I would be interested in more pro-active information about what citizens can do to help change the situation. ("Write to your congressman" always seems incredibly lame). I suppose the best answer is that more people should be involved with production of their own food. It is staggering that less than 5% of US farm land is organic.
I wonder if anyone has assembled models that go beyond Community Supported Agriculture, where people actually invest money or time or both into the productive working of a local farm? Something like that might be interesting.
Alas it seems like it would be a great time to stop eating fish and shrimp - apparently even farmed shrimp that is not from Asia still has very negative ecological consequences due to ocean run off. I admit, myself, to not being very good at reforming my own eating habits, but pledge to try harder.
The deeper question is how do we change deeply entrenched cultural habits and social behavior patterns? People may skip or scan an article like this one as "bad news" to ignore - but we have to find a way to make use of factual knowledge to help social transformation happen faster. I hope to address this soon in an essay for the site.
"Will the transformation."-Rilke
dude! ever heard of...
World Wide Opportunities on Organic Farms (WWOOF)
growfood.org
permaculture
eco-tourism
the wide and wonderful world of mycology... among the many community transforming projects going on in sustainable ag
Face it
http://www.dieoff.com
The sooner, the better!
All this "Act NOW, it's not too late, we can make a change" blah is becoming increasingly comical...or tragic. Maybe 20 years ago it wasn't too late...
Death is a bit of a conversation dead-end, but unfortunately the only foreseeable way out of this is a major reduction of human populations.
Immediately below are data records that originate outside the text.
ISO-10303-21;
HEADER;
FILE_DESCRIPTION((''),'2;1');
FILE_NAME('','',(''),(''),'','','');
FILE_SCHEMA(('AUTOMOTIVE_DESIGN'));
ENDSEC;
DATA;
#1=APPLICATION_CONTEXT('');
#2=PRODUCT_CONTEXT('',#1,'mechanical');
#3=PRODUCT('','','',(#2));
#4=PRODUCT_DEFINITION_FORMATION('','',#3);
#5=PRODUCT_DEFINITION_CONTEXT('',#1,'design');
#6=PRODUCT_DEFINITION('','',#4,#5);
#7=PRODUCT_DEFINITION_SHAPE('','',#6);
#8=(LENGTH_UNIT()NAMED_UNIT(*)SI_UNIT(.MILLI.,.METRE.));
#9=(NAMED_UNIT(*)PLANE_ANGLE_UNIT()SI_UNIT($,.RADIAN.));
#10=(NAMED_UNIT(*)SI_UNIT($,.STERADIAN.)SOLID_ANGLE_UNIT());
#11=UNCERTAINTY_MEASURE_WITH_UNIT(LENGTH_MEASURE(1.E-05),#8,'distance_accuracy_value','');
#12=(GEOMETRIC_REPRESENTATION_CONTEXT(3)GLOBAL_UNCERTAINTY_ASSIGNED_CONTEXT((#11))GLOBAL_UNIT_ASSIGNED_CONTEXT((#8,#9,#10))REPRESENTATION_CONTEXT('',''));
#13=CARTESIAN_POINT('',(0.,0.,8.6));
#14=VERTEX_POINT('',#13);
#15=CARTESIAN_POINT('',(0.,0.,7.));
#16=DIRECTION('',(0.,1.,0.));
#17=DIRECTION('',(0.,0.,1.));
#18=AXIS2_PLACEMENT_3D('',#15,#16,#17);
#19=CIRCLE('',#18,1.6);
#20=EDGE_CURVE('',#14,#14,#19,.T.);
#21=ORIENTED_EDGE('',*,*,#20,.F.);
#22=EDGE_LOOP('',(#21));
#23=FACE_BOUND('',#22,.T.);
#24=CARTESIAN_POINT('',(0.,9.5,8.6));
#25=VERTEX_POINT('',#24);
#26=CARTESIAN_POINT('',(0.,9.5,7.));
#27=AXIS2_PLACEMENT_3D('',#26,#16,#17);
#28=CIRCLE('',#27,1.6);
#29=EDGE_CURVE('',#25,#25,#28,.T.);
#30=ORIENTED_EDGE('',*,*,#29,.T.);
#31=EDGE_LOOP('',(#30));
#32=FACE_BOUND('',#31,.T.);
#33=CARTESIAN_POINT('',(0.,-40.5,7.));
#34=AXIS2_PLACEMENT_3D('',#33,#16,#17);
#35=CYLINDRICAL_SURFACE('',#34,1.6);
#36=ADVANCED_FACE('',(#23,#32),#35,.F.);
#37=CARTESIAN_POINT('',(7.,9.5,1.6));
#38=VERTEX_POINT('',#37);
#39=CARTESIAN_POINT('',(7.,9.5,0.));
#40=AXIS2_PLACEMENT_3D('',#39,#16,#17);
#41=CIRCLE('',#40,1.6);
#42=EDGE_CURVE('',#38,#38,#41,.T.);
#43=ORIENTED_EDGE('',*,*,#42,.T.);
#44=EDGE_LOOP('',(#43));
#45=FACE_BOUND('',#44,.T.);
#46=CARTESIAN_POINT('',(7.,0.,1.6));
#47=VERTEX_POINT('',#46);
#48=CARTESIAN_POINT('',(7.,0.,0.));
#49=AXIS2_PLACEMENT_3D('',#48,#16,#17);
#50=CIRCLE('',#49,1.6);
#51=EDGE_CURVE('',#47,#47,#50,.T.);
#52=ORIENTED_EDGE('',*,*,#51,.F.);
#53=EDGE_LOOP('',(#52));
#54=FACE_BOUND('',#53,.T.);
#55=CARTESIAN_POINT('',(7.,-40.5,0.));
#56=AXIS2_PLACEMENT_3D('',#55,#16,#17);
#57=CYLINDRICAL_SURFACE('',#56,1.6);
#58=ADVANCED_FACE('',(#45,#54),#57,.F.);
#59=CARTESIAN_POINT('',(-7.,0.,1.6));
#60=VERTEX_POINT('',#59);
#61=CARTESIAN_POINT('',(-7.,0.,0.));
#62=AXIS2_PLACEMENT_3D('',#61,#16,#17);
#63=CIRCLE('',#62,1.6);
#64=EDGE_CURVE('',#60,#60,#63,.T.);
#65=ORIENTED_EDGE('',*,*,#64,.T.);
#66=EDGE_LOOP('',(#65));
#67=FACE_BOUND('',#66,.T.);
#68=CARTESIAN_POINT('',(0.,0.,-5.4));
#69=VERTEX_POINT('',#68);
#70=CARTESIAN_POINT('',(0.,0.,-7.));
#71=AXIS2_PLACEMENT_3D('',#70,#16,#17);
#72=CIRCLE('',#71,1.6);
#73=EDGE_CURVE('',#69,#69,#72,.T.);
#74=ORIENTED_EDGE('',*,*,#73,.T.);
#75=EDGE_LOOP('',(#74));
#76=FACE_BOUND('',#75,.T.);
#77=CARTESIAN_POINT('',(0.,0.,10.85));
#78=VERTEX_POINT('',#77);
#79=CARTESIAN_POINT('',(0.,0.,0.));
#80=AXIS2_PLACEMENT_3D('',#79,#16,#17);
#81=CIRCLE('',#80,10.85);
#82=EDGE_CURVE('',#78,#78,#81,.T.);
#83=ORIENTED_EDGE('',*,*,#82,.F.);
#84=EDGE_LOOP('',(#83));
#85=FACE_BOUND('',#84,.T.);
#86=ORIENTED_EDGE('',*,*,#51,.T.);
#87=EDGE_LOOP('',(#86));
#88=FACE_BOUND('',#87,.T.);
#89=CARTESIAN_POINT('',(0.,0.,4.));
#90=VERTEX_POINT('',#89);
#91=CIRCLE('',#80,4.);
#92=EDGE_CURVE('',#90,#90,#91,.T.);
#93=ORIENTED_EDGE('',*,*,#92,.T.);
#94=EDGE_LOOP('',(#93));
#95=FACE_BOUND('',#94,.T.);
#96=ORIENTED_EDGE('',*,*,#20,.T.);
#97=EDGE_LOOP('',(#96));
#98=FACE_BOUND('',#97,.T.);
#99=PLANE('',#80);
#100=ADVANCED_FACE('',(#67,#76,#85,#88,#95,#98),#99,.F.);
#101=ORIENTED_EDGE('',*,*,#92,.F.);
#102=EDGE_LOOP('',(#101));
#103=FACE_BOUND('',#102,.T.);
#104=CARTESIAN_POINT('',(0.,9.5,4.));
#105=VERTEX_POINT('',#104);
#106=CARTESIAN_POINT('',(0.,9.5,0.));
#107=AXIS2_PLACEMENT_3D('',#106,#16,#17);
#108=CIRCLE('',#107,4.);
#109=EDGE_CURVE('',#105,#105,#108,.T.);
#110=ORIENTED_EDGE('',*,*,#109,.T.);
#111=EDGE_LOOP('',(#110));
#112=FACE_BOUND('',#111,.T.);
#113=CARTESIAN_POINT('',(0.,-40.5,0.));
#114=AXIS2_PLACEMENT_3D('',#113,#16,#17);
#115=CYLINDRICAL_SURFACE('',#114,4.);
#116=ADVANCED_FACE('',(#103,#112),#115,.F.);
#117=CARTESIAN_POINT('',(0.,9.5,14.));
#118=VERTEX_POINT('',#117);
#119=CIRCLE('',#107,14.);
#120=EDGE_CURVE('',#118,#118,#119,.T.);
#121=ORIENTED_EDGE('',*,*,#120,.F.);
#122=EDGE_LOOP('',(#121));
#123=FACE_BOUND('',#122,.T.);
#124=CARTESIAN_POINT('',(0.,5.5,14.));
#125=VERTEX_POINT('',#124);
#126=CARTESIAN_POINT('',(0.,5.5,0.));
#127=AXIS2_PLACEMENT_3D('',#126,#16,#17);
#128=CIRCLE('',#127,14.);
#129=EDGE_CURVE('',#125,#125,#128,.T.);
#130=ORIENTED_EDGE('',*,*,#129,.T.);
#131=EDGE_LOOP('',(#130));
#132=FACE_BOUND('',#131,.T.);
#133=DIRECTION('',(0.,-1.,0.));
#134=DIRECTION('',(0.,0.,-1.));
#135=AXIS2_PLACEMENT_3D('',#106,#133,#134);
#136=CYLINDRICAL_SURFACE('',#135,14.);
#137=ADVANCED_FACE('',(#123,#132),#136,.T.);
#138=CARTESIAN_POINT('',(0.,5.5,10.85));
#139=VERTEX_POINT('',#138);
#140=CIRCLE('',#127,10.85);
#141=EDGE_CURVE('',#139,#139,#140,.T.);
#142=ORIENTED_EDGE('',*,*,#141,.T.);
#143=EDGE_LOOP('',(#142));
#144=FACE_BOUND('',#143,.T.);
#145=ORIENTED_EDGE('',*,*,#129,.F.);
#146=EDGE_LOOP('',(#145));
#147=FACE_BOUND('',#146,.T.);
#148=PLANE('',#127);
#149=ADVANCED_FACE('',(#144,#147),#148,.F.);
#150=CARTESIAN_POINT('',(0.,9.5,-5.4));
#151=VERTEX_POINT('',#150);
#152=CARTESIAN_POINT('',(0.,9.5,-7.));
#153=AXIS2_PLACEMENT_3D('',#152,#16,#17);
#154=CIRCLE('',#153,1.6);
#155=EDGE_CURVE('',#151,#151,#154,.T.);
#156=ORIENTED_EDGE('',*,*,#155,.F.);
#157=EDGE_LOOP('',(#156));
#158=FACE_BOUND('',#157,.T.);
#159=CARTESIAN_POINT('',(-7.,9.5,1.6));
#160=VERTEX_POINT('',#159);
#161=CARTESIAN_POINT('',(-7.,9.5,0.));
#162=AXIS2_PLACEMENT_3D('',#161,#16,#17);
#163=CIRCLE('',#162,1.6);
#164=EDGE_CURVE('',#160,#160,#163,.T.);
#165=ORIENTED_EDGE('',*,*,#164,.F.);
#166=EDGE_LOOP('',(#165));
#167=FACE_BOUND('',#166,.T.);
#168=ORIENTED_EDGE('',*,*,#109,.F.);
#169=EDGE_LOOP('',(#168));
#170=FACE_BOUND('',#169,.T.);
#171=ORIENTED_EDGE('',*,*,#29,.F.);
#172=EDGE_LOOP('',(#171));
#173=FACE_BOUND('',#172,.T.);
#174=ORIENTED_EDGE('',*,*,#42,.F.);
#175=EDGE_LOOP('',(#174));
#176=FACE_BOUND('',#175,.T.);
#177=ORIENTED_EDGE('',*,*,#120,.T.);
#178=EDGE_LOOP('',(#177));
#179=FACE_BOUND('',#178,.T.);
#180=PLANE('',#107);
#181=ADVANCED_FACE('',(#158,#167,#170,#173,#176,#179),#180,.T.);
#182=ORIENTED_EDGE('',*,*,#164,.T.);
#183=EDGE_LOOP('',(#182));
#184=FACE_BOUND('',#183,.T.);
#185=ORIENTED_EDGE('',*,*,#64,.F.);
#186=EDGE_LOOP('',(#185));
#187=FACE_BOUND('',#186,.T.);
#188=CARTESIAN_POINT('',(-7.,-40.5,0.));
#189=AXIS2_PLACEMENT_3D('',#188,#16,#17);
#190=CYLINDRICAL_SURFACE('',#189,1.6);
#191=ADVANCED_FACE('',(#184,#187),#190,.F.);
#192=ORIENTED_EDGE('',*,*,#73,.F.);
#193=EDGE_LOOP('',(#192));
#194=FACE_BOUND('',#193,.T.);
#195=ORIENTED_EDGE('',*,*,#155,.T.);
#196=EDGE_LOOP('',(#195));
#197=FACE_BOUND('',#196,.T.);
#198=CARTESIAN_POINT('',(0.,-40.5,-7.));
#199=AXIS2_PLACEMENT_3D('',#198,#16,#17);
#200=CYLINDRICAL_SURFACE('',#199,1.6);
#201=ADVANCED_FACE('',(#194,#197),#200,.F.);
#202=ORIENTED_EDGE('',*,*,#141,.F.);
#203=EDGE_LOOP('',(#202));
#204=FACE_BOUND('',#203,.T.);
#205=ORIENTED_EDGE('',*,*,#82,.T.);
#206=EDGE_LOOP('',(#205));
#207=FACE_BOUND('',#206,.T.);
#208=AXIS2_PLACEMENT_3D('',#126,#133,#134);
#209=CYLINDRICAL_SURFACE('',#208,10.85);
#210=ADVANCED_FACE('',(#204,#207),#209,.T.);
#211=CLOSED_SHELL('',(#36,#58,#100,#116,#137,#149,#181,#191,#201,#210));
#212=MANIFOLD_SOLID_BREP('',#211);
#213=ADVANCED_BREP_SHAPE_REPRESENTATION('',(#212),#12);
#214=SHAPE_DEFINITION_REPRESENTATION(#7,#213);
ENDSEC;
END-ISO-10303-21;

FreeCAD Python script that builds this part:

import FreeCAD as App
import Part
import Sketcher

doc = App.newDocument("Part")
body = doc.addObject("PartDesign::Body", "Body")

# Sketch on XZ plane
sketch1 = body.newObject("Sketcher::SketchObject", "Sketch")
sketch1.AttachmentSupport = (doc.getObject("XZ_Plane"), [""])
sketch1.MapMode = "FlatFace"
sketch1.addGeometry(Part.Circle(App.Vector(0, 0, 0), App.Vector(0, 0, 1), 10.85), False)
sketch1.addConstraint([
    Sketcher.Constraint("Coincident", 0, 3, -1, 1),
    Sketcher.Constraint("Diameter", 0, 21.7),
])
pad1 = body.newObject("PartDesign::Pad", "Pad")
pad1.Profile = sketch1
pad1.Length = 5.5
pad1.Reversed = True

# Sketch on XZ plane
sketch2 = body.newObject("Sketcher::SketchObject", "Sketch001")
sketch2.AttachmentSupport = (doc.getObject("XZ_Plane"), [""])
sketch2.MapMode = "FlatFace"
sketch2.AttachmentOffset = App.Placement(App.Vector(0, 0, -5.5), App.Rotation())
sketch2.addGeometry(Part.Circle(App.Vector(0, 0, 0), App.Vector(0, 0, 1), 14), False)
sketch2.addConstraint([
    Sketcher.Constraint("Coincident", 0, 3, -1, 1),
    Sketcher.Constraint("Diameter", 0, 28.0),
])
pad2 = body.newObject("PartDesign::Pad", "Pad001")
pad2.Profile = sketch2
pad2.Length = 4
pad2.Reversed = True

# Sketch on XZ plane
sketch3 = body.newObject("Sketcher::SketchObject", "Sketch002")
sketch3.AttachmentSupport = (doc.getObject("XZ_Plane"), [""])
sketch3.MapMode = "FlatFace"
sketch3.AttachmentOffset = App.Placement(App.Vector(0, 0, -9.5), App.Rotation())
sketch3.addGeometry([
    Part.Circle(App.Vector(0, 0, 0), App.Vector(0, 0, 1), 4),  # 0
    Part.Circle(App.Vector(0, -7, 0), App.Vector(0, 0, 1), 1.6),  # 1
    Part.Circle(App.Vector(7, 0, 0), App.Vector(0, 0, 1), 1.6),  # 2
    Part.Circle(App.Vector(0, 7, 0), App.Vector(0, 0, 1), 1.6),  # 3
    Part.Circle(App.Vector(-7, 0, 0), App.Vector(0, 0, 1), 1.6),  # 4
], False)
sketch3.addConstraint([
    Sketcher.Constraint("Coincident", 0, 3, -1, 1),
    Sketcher.Constraint("Equal", 1, 2),
    Sketcher.Constraint("Equal", 2, 3),
    Sketcher.Constraint("Equal", 3, 4),
    Sketcher.Constraint("Symmetric", 1, 3, 3, 3, -1, 1),
    Sketcher.Constraint("Symmetric", 2, 3, 4, 3, -1, 1),
    Sketcher.Constraint("PointOnObject", 1, 3, -2),
    Sketcher.Constraint("PointOnObject", 2, 3, -1),
    Sketcher.Constraint("Diameter", 0, 8.0),
    Sketcher.Constraint("Diameter", 1, 3.2),
    Sketcher.Constraint("DistanceY", 1, 3, -1, 1, 7.0),
    Sketcher.Constraint("DistanceX", -1, 1, 2, 3, 7.0),
])
pocket1 = body.newObject("PartDesign::Pocket", "Pocket")
pocket1.Profile = sketch3
pocket1.Length = 50
pocket1.Reversed = True

doc.recompute()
Does anyone honestly believe that the billions of people hooked onto toxic "progress", as exemplified by China and the US are going to suddenly become enlightened , abandon technological comforts and take up organic farming?
"The days of the oil shortages are over," said economist William Wilson of Comerica Bank in Detroit, adding that's welcome news for truck owners. "Trucks are here to stay because Americans like them." -- Detroit Free Press, 12/13/97
Soon we'll see just how little is here to stay...
LOL
btw , Jill, many thanks for the link to who-sucks.com!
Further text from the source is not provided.